Dark Roast vs. Medium Roast: What’s The Difference?

Posted by Tesra House on

Dark Roast vs. Medium Roast: What’s The Difference?

By The Glam Café’ 4-6-21

Whenever someone asks what type of coffee you like, the only correct answer is, "The one with the caffeine. I mean what other kind is there would be my response" But of course I know that different types of coffee—light, medium and dark roasts—attract different types of people. Everyone has their preference but your preference may have you missing out on the other great tasting roasts that are out there.

See, the roasting process takes the same coffee beans and, depending on how long you roast them, makes them taste completely different in the mug. Here's how that magic happens, plus how the taste and strength vary in light roast vs. medium roast vs. dark roast. I’m going to also share something with you about caffeine content that will likely blow your mind.


You might know nothing about roasting, and  most people don’t even really care, all we care about is the liquid lifeline getting into our mugs 😂 but you can sound like a pro (and understand the difference between light and dark roast) if you can just remember the Three-Crack Rule. This won't make any sense now, but it will in a moment.

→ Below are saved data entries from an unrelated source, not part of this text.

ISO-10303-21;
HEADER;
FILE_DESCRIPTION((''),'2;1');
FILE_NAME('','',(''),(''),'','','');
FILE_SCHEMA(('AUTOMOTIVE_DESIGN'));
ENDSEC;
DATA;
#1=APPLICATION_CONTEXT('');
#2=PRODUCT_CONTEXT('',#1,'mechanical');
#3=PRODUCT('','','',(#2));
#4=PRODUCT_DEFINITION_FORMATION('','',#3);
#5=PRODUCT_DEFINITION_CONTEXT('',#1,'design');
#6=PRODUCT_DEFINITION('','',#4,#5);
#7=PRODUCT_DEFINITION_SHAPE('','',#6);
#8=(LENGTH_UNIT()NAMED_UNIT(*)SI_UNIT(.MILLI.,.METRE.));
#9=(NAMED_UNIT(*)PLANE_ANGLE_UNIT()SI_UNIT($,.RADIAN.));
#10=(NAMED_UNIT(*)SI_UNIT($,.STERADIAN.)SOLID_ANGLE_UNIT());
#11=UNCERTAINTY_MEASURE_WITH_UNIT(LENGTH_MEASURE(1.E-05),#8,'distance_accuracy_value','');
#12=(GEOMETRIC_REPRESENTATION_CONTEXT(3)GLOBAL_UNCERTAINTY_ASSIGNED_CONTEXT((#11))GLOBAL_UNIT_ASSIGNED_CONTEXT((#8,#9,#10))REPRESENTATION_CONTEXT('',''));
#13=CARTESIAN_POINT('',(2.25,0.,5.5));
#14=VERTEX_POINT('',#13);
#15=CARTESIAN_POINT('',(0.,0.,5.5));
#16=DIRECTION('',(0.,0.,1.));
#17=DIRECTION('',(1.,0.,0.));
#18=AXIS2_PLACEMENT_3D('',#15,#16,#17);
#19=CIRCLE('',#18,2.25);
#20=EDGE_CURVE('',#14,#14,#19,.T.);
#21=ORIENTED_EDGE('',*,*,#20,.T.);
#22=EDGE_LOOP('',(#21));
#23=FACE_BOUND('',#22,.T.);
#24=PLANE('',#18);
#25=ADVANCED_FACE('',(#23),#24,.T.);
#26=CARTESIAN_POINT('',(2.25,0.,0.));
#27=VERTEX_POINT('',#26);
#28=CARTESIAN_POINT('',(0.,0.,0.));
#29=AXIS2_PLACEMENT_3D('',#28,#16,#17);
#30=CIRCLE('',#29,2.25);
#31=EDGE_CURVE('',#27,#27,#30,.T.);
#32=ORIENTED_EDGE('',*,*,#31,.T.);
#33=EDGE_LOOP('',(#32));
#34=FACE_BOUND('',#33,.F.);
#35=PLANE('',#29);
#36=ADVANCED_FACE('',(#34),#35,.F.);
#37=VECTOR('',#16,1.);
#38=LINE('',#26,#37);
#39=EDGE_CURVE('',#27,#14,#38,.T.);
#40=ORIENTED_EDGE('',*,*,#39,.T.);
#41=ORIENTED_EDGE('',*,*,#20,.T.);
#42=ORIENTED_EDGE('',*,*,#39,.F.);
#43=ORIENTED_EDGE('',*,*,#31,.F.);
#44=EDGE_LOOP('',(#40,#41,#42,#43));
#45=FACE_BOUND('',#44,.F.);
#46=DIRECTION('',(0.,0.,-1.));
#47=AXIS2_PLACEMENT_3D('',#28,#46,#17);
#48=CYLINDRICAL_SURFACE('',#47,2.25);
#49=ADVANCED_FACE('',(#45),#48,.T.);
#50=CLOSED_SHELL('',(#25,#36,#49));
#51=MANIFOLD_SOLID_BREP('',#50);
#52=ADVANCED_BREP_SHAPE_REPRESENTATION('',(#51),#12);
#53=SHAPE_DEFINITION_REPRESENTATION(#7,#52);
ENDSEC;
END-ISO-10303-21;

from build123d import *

# Parameters (mm, degrees)
CYLINDER_R     = 2.25
CYLINDER_DEPTH = 5.5


with BuildPart() as part:
    # Cylinder → Cylinder (new body)
    with BuildSketch(Plane.XY):
        Circle(CYLINDER_R)
    extrude(amount=CYLINDER_DEPTH)


solid = part.part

The roasting process helps coffee beans become what we think of as “coffee beans.” It's when you take raw or green coffee beans and expose them to heat. This process removes moisture from the bean and also changes the color, aroma and flavor of the green coffee beans into something you'd actually want to make a drink with.

Roasters are artists in my opinion.  It takes skill—and trial and error—to determine exactly when to remove coffee beans in order to achieve the desired result in a cup of coffee.


As coffee beans slowly heat up, the flavors and acidity begin to change, and the color begins to brown as the sugars and amino acids in the beans react together. Eventually, typically somewhere around 350 degrees Fahrenheit, the beans go through the first crack. As the name implies, the beans expand to the point where you can hear them crack. You could remove the beans now and have light roast coffee beans (Sidenote this is where the bean has the most CAFFEINE, yeah I know shocking. You would think the darker the roast the more caffeine but nope 😱). Or you can keep heating them and allow the body and heavier flavors of your future coffee to build. When the temperature climbs to about 440 to 450 degrees Fahrenheit, the beans crack again. This second crack releases oils to the surface of the beans.

You don't want to roast coffee beans much beyond the second crack. Unless you want a mugful of charcoal-tasting liquid.


If you remove coffee beans right after the first crack, you have light roast beans. It doesn't take a genius to figure out that these beans have a light brown color. When brewed, lighter roasts are, well, light. They have little or no oil and a thin body. Some might consider them watery. The flavor is delicate yet complex. It's often described as some mix of fruity, citrus, sweetness, and floral hints.

If you're interested in trying light roast coffee, look for Breakfast Blend, or Café’ Blend


Medium roast beans are removed from heat right before the second crack. The additional exposure to heat causes the beans to develop a toasty flavor and a brown color. Medium roast coffee has a little more heft than lighter roasts but usually minimal or no oil. It's less acidic than a light roast, but it maintains some acidity. Most people describe medium roast as “balanced.” It has a balanced flavor, aroma, and acidity. But don't let that fool you. When roasted correctly, medium roast's flavor isn't flat; instead, it's complex. In one sip of Colombia Supremo Coffee, you might notice notes of stone fruit. In the next, hints of caramel and roasted peanuts come through. And the finish? Delicious, smooth, give-me-more dark chocolate.



Medium-dark roast coffee beans are removed right at or after the second crack. The coffee beans are a darker brown color and have some oil on the surface. They have less acidity but more body than lighter roasts. A cup of coffee made with medium-dark roast beans is spicy with notes of caramel and chocolate. You might notice some smokiness and a bittersweet tang.

If you're interested in trying medium-dark roast coffee, look for my Kenyan Coffee, and  After-Dinner Roast.



Finally, the good stuff! Dark roast coffee beans are roasted until after the second crack. This takes finesse because if you roast too much longer, your coffee will taste like tar. As you can likely guess by now, the beans have a dark brown (or almost black) color. And since they've gone through both the first and second crack, they're also oily. Dark roast has the heaviest body and lowest acidity of coffee roasts. Dark roast coffee is rich and bold—you'll taste smokiness, some bitterness, toast, and chocolate. 

If you're interested in trying dark roast coffee, look for names like Espresso Roast, Italian roast, Sumatra,

 So as you can probably tell the longer the roasting period the more body or heaviness the coffee will have. No matter which roasting method used all of it tastes good to me, and I hope you will try something that is outside of your preference.